紧接着,嬴-胜先前击中的那块支撑岩,毫无征兆地碎裂!
这引发了一场微小的塌方。
塌方滚落的石块,精准地砸中了另一处早已被嬴胜用暗劲震松的能量传导节点。
节点失控!
狂暴的能量顺着矿脉逆流!
还记得那枚被踢入裂缝的晶体碎屑吗?
它此刻正卡在一条备用能量管道的阀门处,让本该泄压的阀门死死闭合。
管道内的能量压力,瞬间达到了一个临界值。
而嬴胜最后挥出的那一袖,扰动了照明法阵的能量余波,那余波如同最后一根稻草,沿着一条隐秘的能量线路,传递到了矿星核心那条最不稳定、最狂暴的能量脉矿之上!
连锁反应,于此刻彻底引爆!
“不——!”
岩晶族头目巨大的水晶面孔上,第一次浮现出惊恐。
它脚下的大地,它赖以生存的能量源头,变成了催命的恶鬼!
数以万计的岩晶族援军,刚刚通过传送阵抵达矿星地底,还没来得及呼吸一口天岩星的空气,就被那场由内而外、席卷一切的能量风暴,彻底吞噬、湮灭、化为宇宙的尘埃!
风暴席卷而来,地动山摇。
所有人都以为末日降临。
可那些绝望的人族矿工们却骇然发现,他们所在的区域,竟是风暴中唯一一处平静的港湾。
仿佛有一只无形的大手,为他们撑开了一片绝对安全的领域。
他们这才想起,在刚才那场混乱的战斗中,那个男人曾冲他们发出过几句莫名其妙的指令。
“那个穿褐色衣服的,退后七步,站在那块黑石上。

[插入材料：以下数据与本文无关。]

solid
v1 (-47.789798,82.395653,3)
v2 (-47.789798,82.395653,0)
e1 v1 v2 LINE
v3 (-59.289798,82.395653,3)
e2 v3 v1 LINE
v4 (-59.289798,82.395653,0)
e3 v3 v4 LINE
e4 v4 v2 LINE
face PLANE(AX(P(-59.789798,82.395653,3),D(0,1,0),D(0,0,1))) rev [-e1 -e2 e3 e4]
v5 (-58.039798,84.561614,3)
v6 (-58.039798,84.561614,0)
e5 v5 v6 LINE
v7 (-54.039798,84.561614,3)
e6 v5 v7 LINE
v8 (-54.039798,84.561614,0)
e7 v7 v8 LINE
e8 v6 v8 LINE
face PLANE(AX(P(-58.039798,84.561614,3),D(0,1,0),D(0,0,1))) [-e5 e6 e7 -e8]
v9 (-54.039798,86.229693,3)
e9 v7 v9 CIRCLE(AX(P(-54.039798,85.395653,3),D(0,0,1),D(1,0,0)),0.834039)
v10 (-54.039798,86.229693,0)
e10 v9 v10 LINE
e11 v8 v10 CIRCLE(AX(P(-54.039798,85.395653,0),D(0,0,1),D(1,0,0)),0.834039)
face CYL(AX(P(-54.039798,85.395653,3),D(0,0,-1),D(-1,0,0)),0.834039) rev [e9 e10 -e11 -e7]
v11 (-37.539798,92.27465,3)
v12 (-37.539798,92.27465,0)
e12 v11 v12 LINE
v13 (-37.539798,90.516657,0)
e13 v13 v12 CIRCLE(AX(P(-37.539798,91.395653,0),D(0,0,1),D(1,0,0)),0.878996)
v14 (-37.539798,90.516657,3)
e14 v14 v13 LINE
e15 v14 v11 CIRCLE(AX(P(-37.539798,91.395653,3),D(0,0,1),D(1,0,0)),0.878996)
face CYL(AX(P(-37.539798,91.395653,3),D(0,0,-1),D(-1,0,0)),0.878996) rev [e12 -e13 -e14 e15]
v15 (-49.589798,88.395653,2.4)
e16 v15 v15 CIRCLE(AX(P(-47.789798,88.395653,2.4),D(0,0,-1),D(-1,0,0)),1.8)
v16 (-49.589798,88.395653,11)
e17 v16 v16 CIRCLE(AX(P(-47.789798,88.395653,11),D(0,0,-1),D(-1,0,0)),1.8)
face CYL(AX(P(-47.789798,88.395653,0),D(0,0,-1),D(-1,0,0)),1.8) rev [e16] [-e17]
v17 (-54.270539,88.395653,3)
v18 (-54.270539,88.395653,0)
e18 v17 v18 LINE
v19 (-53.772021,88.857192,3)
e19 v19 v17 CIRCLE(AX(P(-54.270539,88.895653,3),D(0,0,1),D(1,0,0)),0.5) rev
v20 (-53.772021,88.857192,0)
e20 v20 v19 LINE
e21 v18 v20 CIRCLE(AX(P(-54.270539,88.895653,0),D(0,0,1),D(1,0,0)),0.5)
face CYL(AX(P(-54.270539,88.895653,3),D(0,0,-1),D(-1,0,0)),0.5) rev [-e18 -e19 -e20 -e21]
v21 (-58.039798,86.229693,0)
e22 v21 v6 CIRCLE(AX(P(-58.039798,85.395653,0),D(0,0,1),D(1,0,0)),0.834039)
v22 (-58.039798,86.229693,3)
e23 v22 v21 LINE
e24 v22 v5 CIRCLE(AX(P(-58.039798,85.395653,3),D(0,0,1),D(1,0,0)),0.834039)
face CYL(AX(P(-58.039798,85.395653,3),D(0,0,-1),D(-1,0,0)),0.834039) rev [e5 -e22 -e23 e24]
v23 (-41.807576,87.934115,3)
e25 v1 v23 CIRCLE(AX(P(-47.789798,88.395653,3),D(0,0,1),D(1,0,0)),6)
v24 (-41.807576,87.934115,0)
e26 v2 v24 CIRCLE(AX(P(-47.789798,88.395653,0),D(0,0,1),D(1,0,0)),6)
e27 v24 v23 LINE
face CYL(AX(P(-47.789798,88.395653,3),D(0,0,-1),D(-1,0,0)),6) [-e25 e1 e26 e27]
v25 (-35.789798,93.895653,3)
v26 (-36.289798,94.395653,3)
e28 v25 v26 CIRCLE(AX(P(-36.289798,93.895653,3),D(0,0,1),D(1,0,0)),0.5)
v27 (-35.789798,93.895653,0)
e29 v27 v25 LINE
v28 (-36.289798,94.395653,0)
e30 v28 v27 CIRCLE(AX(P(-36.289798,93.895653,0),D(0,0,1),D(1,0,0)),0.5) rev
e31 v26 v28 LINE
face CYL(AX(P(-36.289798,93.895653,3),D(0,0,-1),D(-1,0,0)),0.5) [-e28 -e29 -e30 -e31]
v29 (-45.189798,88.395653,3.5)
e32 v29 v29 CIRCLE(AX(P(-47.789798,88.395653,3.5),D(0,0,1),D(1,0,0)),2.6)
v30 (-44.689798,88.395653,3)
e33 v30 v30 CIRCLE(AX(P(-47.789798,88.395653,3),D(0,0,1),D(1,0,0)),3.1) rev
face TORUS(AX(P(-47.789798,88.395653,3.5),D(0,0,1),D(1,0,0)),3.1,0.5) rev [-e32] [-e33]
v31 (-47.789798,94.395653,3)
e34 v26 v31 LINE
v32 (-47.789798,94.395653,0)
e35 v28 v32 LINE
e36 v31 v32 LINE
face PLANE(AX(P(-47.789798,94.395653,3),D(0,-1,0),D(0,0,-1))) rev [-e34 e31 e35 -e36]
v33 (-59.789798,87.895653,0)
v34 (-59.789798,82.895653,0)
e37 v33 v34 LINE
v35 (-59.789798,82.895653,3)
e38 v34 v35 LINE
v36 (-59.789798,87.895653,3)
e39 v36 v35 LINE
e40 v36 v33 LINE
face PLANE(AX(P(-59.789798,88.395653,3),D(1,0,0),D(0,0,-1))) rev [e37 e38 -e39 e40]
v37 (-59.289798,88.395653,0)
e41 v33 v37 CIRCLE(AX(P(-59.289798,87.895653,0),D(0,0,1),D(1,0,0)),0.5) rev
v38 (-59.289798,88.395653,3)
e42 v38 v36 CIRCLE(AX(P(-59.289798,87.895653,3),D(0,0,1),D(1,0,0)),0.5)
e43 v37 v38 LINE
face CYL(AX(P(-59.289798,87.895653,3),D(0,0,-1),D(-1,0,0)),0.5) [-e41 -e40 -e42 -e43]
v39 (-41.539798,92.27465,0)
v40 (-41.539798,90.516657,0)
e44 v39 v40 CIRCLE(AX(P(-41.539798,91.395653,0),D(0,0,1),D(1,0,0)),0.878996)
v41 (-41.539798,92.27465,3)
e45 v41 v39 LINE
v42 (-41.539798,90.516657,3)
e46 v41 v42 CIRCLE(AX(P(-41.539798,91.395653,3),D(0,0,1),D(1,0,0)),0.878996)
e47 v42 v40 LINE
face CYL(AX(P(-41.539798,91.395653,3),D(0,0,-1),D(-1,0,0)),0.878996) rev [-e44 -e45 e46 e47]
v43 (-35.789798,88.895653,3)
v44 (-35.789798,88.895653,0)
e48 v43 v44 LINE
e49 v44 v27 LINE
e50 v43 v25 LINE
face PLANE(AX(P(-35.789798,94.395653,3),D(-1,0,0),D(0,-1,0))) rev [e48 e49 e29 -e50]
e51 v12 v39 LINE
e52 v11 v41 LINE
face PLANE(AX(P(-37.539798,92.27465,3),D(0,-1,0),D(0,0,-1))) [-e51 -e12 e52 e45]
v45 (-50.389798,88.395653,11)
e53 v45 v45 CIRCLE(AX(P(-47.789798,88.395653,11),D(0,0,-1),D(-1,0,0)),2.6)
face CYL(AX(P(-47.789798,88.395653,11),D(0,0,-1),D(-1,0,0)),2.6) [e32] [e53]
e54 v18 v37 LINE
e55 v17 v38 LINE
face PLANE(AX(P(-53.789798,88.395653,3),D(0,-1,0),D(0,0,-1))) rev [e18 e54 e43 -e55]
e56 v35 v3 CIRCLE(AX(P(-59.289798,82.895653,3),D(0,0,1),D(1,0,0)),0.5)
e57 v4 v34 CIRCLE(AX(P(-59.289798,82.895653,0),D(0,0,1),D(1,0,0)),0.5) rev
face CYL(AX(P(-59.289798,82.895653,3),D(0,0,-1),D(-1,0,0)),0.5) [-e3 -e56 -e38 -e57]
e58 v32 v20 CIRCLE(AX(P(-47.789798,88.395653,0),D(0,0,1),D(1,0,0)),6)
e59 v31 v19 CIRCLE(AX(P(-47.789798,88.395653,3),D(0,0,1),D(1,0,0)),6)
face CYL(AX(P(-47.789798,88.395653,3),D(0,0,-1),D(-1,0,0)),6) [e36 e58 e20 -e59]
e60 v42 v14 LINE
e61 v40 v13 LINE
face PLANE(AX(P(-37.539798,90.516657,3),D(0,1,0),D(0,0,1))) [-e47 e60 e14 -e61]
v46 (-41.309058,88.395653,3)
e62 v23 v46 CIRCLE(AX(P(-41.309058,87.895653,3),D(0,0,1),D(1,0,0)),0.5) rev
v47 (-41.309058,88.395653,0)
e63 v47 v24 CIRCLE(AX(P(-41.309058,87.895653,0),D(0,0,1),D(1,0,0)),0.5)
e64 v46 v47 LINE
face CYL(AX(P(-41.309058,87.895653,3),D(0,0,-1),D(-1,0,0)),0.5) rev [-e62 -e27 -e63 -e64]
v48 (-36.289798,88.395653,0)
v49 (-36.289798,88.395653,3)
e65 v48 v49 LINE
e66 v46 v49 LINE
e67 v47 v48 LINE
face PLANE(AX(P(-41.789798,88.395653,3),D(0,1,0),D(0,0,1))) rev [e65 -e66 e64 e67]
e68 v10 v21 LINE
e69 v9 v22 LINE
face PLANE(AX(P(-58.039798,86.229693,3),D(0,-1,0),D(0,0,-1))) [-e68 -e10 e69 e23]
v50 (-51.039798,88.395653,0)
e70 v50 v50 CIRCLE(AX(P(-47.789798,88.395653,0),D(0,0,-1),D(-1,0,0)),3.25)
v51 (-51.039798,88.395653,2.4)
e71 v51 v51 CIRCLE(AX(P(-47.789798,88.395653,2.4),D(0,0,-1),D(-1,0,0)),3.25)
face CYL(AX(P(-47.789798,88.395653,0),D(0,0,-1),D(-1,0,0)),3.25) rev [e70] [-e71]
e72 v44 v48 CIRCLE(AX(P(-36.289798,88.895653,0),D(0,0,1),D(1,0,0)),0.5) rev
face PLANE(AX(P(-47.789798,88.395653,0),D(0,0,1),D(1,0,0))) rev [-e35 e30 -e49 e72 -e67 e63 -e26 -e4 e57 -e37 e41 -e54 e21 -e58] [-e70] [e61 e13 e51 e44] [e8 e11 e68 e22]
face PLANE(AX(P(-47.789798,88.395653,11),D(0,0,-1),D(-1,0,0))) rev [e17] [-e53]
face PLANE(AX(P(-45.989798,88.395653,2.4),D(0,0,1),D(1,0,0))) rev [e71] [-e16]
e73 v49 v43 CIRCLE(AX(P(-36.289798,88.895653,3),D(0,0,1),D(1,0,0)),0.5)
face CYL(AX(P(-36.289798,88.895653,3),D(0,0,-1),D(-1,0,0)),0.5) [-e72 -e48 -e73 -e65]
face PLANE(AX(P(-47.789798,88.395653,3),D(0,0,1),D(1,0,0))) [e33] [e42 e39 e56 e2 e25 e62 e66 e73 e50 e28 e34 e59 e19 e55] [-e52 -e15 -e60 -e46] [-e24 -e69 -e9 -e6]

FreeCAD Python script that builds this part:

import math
import FreeCAD as App
import Part
import Sketcher
Q = App.Units.Quantity


def edges_at(feature, points):
    """Names of the edges that pass closest to the given points."""
    edges = feature.Shape.Edges
    near = lambda p: min(range(len(edges)), key=lambda i: edges[i].distToShape(Part.Vertex(*p))[0])
    return sorted({f"Edge{near(p) + 1}" for p in points})

doc = App.newDocument("Part")
body = doc.addObject("PartDesign::Body", "Body")

sketch1 = body.newObject("Sketcher::SketchObject", "Sketch")
sketch1.AttachmentSupport = (doc.getObject("XY_Plane"), [""])
sketch1.MapMode = "FlatFace"
sketch1.addGeometry(Part.LineSegment(App.Vector(-35.8, 94.4, 0), App.Vector(-47.8, 94.4, 0)), False)
sketch1.addGeometry(Part.ArcOfCircle(Part.Circle(App.Vector(-47.8, 88.4, 0), App.Vector(0, 0, 1), 6), math.radians(90), math.radians(180)), False)
sketch1.addGeometry(Part.LineSegment(App.Vector(-53.8, 88.4, 0), App.Vector(-59.8, 88.4, 0)), False)
sketch1.addGeometry(Part.LineSegment(App.Vector(-59.8, 88.4, 0), App.Vector(-59.8, 82.4, 0)), False)
sketch1.addGeometry(Part.LineSegment(App.Vector(-59.8, 82.4, 0), App.Vector(-47.8, 82.4, 0)), False)
sketch1.addGeometry(Part.ArcOfCircle(Part.Circle(App.Vector(-47.8, 88.4, 0), App.Vector(0, 0, 1), 6), math.radians(-90), math.radians(0)), False)
sketch1.addGeometry(Part.LineSegment(App.Vector(-41.8, 88.4, 0), App.Vector(-35.8, 88.4, 0)), False)
sketch1.addGeometry(Part.LineSegment(App.Vector(-35.8, 88.4, 0), App.Vector(-35.8, 94.4, 0)), False)
sketch1.addGeometry(Part.LineSegment(App.Vector(-58, 86.2, 0), App.Vector(-54, 86.2, 0)), False)
sketch1.addGeometry(Part.ArcOfCircle(Part.Circle(App.Vector(-54, 85.4, 0), App.Vector(0, 0, 1), 0.8), math.radians(-90), math.radians(90)), False)
sketch1.addGeometry(Part.LineSegment(App.Vector(-54, 84.6, 0), App.Vector(-58, 84.6, 0)), False)
sketch1.addGeometry(Part.ArcOfCircle(Part.Circle(App.Vector(-58, 85.4, 0), App.Vector(0, 0, 1), 0.8), math.radians(90), math.radians(270)), False)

”
“你们三个,躲到那个矿车后面去。”
“所有人,趴下!”
当时只觉得是疯言疯语,此刻才明白,那不是指令。
那是神谕!
风暴平息。
曾经不可一世的岩晶族头目,浑身布满裂痕,能量核心黯淡,如同一座即将崩塌的死山。
它死死盯着那个毫发无伤的男人,神智在崩溃边缘。
“你……究竟……做了什么……”
嬴胜的脸上没有任何表情,仿佛只是碾死了一只虫子。
他一步步走上前,伸出一根手指,轻轻点在岩晶族头目的眉心。
“我只是路过。”
“咔嚓——”
水晶山峦轰然解体,化作漫天晶莹的碎屑。
漫天晶屑飞舞中,嬴胜的身影,被幸存的人族矿工们仰望。
他没有拯救世界。
他只是引爆了一颗星,顺手捞出了一群幸存者。
但在这些劫后余生的人眼中。
他,就是神迹。
“以弱胜强、智勇双全”的救星之名,自此传遍人族所有流散的星域。
只是无人知晓,为了这一场“偶然”的路过。
嬴胜已对着天岩星的星图,足足推演了三年。